• [What is expected]
From the data underneath, reproduce exactly the stretch that begins at the line with "f 171 260 169" and ends after the line with "# Sketch002 (on".

(Dataset extract)

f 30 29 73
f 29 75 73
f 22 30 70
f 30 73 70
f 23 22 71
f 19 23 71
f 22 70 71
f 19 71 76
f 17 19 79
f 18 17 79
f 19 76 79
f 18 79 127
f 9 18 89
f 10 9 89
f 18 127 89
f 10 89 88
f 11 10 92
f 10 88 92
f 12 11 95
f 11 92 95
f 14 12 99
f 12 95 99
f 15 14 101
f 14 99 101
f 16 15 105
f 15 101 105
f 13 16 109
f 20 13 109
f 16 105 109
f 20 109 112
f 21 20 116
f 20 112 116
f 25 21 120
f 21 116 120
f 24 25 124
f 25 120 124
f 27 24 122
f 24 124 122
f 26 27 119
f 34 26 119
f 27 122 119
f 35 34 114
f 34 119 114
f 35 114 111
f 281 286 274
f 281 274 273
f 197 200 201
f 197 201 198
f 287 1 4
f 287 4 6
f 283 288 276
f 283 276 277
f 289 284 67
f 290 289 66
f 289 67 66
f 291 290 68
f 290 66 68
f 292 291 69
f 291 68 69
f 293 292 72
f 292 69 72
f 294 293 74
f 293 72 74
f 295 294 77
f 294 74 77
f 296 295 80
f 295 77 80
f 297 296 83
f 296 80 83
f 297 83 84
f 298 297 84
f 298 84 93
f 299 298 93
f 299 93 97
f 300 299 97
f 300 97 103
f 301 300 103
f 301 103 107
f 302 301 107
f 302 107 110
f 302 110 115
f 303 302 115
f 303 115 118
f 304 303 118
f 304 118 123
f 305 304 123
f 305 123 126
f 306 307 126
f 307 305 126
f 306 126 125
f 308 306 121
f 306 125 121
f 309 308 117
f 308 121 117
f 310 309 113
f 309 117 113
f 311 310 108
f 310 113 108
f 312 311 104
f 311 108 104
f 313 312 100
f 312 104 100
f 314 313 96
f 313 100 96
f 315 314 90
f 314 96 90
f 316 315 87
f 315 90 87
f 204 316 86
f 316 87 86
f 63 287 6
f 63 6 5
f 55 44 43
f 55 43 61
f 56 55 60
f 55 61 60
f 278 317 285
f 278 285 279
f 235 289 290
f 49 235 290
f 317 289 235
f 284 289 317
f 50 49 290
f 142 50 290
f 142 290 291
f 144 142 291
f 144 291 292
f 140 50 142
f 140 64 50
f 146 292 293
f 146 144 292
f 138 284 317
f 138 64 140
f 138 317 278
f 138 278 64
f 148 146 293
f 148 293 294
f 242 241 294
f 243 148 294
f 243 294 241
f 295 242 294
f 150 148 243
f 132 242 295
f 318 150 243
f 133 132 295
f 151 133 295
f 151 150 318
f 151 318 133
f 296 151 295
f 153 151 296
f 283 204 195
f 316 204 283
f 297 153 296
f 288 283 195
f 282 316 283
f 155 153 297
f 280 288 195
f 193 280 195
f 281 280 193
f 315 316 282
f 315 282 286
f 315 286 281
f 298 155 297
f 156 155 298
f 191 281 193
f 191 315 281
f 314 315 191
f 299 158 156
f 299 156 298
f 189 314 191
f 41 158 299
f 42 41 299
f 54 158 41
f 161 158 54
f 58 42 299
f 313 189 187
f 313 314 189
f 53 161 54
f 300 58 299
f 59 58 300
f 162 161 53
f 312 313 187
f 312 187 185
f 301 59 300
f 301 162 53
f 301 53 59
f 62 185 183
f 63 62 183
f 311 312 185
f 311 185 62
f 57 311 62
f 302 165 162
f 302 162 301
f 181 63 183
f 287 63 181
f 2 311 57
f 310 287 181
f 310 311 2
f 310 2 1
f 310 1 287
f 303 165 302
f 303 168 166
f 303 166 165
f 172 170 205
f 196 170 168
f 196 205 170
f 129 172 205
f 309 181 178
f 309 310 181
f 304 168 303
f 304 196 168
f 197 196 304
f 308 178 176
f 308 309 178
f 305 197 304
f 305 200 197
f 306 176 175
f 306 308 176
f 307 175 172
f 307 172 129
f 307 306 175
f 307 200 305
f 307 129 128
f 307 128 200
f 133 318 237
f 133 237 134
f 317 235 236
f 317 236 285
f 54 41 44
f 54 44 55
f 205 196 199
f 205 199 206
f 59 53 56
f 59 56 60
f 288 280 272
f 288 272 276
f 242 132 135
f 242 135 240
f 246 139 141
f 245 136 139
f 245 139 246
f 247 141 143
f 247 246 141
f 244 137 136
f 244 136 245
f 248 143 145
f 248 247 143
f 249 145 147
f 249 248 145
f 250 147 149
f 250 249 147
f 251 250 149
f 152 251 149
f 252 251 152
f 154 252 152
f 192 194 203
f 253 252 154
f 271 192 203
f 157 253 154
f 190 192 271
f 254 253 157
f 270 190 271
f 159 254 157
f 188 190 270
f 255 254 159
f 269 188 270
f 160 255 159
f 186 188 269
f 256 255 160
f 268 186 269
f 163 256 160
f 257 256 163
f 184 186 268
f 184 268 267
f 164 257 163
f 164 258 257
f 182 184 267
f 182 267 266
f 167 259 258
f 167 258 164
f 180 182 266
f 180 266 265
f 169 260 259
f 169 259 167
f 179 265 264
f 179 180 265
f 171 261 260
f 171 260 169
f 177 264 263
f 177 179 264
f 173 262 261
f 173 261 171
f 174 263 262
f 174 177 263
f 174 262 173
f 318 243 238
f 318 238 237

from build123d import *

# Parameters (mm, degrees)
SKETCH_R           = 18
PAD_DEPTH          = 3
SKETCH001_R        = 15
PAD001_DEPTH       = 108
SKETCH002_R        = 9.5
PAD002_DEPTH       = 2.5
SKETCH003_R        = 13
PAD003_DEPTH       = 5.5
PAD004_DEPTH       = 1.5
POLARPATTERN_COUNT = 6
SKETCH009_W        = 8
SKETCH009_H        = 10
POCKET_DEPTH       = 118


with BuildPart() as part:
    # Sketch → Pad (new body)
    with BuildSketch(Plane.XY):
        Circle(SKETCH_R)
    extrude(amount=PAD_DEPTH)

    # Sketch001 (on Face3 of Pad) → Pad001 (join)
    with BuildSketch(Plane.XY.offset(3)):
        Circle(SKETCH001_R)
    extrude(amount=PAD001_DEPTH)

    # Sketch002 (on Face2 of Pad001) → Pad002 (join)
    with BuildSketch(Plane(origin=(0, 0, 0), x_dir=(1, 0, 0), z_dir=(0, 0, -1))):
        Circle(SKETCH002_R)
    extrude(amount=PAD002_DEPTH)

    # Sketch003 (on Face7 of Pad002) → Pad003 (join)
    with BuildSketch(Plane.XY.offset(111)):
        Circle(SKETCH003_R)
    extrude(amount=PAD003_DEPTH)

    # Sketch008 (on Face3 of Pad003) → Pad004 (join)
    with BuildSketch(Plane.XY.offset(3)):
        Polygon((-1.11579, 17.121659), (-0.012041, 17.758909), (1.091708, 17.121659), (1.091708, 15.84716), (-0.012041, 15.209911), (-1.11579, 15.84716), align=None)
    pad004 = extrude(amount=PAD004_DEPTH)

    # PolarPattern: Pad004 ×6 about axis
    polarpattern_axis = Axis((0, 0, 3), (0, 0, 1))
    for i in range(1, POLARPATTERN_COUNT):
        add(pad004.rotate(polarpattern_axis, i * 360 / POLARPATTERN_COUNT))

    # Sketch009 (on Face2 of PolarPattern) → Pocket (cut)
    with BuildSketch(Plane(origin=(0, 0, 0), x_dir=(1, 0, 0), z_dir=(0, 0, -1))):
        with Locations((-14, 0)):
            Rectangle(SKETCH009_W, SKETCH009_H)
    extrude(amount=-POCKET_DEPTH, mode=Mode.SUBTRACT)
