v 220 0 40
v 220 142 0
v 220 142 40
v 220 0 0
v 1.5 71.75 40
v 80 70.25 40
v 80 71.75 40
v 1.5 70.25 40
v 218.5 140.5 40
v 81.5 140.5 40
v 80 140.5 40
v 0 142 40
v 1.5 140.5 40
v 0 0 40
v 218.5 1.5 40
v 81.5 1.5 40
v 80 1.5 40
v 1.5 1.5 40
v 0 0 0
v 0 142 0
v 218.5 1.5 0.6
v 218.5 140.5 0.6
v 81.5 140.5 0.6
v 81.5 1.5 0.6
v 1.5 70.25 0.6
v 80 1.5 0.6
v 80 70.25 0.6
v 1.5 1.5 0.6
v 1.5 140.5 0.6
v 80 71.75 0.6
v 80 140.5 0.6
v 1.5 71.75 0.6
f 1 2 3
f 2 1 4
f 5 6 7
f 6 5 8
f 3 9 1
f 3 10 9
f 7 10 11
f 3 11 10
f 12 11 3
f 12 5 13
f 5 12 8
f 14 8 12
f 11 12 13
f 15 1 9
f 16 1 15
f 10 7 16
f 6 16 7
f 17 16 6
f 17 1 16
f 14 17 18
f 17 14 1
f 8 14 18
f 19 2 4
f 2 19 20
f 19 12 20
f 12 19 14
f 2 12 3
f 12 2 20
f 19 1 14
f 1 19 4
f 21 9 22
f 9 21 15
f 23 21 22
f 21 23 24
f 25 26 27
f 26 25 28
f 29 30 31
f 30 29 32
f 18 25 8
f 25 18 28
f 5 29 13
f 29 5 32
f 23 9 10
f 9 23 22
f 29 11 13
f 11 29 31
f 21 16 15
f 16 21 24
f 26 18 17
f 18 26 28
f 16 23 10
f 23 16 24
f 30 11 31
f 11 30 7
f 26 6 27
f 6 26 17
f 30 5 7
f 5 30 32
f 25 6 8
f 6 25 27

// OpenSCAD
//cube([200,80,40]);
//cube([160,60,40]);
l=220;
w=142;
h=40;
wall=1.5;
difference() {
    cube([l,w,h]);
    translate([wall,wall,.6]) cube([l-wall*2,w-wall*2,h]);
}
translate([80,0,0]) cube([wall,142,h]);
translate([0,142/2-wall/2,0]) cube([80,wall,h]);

(End Dataset extract)
(Dataset extract)

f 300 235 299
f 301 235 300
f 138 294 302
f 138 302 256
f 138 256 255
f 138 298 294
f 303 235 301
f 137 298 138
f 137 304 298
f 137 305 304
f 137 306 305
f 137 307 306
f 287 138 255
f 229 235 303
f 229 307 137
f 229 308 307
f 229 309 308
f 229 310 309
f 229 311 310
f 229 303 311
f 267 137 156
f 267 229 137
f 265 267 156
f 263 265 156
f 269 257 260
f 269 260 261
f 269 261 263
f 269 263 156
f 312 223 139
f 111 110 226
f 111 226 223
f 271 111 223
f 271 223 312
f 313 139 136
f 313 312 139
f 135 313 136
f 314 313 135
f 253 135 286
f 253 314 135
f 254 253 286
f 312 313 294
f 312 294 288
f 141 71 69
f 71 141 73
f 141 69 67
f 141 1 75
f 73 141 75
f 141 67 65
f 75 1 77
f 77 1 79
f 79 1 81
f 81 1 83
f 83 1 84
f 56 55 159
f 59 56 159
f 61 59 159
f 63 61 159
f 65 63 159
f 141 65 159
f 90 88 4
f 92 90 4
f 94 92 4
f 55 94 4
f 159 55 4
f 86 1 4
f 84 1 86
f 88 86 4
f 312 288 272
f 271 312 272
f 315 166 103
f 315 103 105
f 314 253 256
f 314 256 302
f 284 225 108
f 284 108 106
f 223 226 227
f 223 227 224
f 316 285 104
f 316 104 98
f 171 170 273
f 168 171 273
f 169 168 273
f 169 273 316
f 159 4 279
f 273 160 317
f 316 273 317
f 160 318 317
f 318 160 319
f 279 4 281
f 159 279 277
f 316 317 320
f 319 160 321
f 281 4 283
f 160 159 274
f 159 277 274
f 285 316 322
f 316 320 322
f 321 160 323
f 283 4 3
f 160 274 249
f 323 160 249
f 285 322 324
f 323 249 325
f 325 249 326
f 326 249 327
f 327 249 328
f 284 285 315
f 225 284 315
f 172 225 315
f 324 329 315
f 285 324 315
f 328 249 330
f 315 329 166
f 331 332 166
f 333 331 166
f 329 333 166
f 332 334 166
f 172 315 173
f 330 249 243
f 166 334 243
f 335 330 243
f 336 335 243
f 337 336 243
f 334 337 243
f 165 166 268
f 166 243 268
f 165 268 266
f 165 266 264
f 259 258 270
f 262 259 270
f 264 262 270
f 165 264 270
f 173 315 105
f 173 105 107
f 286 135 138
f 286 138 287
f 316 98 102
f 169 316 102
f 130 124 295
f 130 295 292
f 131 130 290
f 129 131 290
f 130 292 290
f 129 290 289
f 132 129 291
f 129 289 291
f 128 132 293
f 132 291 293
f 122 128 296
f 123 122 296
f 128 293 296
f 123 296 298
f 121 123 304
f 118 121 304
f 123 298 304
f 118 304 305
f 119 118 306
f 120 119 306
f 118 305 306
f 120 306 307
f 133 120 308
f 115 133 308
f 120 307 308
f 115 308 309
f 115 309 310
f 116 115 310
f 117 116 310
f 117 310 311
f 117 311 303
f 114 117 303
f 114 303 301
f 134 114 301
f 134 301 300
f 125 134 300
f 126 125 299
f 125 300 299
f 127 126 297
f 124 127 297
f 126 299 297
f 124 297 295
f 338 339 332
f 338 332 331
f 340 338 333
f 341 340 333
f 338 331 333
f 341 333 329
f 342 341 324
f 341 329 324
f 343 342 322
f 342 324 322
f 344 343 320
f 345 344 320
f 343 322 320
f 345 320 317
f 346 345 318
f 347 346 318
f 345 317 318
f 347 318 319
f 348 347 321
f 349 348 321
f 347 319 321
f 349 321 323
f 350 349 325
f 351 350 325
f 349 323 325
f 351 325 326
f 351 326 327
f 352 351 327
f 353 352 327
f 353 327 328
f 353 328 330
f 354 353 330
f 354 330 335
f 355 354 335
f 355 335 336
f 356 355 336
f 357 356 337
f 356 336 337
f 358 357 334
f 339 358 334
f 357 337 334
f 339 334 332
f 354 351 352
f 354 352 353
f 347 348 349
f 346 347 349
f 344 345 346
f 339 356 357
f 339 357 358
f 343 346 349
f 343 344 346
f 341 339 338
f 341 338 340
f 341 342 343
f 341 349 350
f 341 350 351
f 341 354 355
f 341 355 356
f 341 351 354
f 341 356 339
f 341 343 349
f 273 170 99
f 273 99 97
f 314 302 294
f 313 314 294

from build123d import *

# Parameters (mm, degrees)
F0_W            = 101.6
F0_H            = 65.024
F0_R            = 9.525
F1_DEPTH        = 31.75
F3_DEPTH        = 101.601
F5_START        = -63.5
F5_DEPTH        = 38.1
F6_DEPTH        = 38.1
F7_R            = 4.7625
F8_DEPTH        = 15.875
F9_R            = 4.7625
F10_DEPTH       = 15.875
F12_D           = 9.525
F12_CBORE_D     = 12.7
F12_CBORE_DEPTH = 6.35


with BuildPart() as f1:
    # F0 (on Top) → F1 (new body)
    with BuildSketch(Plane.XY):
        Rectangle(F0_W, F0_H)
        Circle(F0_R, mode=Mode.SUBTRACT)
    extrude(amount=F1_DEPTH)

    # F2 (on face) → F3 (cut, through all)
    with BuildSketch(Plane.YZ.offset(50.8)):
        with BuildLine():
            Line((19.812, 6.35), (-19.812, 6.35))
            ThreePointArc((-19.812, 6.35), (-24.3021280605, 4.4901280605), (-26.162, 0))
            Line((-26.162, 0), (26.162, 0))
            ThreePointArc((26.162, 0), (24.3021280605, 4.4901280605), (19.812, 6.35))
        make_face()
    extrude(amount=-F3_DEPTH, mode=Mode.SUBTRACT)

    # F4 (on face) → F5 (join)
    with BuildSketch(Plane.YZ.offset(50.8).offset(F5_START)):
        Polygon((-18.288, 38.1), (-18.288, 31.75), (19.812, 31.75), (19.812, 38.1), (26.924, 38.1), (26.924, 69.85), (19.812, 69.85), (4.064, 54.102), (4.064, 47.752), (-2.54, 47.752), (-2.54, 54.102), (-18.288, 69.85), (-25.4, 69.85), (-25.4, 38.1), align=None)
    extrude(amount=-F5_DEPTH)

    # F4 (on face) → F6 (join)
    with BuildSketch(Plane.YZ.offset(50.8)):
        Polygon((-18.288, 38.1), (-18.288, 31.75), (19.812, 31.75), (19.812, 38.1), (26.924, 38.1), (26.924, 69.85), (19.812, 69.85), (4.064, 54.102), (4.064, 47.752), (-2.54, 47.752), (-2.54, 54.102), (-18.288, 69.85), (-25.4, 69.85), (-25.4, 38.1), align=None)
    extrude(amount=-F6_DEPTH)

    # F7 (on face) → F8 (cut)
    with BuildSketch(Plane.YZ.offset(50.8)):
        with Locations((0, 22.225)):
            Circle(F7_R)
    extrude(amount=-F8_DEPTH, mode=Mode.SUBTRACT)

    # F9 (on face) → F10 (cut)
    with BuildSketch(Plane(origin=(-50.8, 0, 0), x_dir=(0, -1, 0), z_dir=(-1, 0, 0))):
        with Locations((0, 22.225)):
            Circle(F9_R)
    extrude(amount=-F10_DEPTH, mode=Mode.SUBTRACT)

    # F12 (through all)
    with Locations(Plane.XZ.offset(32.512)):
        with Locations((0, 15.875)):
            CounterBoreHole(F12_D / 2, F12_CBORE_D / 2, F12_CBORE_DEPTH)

(End Dataset extract)
(Dataset extract)

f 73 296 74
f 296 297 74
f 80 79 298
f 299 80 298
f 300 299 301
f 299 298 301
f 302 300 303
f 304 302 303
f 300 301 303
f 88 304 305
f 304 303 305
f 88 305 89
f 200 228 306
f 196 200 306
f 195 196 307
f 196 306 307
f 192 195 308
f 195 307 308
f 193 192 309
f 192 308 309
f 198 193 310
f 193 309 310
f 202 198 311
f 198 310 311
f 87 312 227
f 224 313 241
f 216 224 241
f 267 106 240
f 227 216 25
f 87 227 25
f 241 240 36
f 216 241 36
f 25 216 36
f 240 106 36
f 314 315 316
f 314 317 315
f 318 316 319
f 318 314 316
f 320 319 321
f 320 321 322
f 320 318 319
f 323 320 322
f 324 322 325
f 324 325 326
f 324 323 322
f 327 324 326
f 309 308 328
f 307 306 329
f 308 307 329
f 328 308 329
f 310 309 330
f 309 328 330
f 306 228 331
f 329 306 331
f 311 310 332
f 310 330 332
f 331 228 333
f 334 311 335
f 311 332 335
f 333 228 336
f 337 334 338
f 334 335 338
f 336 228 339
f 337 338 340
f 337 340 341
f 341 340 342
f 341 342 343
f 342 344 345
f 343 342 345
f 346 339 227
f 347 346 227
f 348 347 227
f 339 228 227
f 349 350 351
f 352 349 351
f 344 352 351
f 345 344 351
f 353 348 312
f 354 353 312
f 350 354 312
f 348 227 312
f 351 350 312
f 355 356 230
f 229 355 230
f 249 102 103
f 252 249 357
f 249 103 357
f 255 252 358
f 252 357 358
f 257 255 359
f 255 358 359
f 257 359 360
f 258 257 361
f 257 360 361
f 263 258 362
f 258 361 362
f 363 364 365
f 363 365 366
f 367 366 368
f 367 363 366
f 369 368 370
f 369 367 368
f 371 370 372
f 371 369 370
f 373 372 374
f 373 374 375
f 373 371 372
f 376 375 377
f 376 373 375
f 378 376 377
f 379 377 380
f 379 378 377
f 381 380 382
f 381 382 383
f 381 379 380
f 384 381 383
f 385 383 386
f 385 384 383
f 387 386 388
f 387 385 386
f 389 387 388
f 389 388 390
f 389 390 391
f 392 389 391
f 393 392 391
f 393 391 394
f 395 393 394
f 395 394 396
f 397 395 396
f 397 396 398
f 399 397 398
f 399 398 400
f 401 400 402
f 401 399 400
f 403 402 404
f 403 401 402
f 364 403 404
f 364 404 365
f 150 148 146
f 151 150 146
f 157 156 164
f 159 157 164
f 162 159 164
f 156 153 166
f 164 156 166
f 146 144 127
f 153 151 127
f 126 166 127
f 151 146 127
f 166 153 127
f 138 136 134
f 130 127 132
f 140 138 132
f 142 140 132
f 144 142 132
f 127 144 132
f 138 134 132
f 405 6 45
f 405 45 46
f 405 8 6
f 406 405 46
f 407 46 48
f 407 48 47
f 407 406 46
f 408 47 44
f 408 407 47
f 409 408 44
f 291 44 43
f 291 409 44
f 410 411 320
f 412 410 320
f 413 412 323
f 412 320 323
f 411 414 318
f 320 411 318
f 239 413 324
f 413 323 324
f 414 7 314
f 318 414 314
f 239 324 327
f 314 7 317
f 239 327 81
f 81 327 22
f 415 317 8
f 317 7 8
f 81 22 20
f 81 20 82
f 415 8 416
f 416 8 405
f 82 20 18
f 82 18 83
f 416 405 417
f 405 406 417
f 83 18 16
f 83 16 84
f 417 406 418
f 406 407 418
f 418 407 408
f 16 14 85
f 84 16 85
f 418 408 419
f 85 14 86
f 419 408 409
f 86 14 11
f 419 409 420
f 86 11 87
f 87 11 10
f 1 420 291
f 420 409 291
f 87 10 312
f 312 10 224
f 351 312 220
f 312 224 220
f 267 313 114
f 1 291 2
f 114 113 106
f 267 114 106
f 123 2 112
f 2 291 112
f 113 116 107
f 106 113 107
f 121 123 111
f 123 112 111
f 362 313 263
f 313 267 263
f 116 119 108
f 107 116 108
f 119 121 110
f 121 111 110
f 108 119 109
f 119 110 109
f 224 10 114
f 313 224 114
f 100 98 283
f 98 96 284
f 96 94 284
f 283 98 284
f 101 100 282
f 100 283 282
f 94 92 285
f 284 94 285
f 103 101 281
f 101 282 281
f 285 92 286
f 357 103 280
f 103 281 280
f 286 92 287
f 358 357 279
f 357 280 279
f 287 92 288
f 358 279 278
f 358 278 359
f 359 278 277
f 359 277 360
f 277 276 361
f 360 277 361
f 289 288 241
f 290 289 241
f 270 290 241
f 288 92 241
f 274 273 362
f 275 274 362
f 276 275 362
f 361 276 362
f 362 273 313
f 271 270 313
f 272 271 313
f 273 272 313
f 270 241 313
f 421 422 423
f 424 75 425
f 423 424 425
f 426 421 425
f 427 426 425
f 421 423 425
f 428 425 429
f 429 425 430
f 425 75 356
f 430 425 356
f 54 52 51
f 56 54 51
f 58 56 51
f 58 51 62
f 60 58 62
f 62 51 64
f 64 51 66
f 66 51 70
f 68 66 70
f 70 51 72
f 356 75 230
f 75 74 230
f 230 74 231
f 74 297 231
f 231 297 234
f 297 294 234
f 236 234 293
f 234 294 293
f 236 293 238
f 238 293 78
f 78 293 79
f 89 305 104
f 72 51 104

(End Dataset extract)

• [Expected answer]
f 171 260 169
f 177 264 263
f 177 179 264
f 173 262 261
f 173 261 171
f 174 263 262
f 174 177 263
f 174 262 173
f 318 243 238
f 318 238 237

from build123d import *

# Parameters (mm, degrees)
SKETCH_R           = 18
PAD_DEPTH          = 3
SKETCH001_R        = 15
PAD001_DEPTH       = 108
SKETCH002_R        = 9.5
PAD002_DEPTH       = 2.5
SKETCH003_R        = 13
PAD003_DEPTH       = 5.5
PAD004_DEPTH       = 1.5
POLARPATTERN_COUNT = 6
SKETCH009_W        = 8
SKETCH009_H        = 10
POCKET_DEPTH       = 118


with BuildPart() as part:
    # Sketch → Pad (new body)
    with BuildSketch(Plane.XY):
        Circle(SKETCH_R)
    extrude(amount=PAD_DEPTH)

    # Sketch001 (on Face3 of Pad) → Pad001 (join)
    with BuildSketch(Plane.XY.offset(3)):
        Circle(SKETCH001_R)
    extrude(amount=PAD001_DEPTH)

    # Sketch002 (on Face2 of Pad001) → Pad002 (join)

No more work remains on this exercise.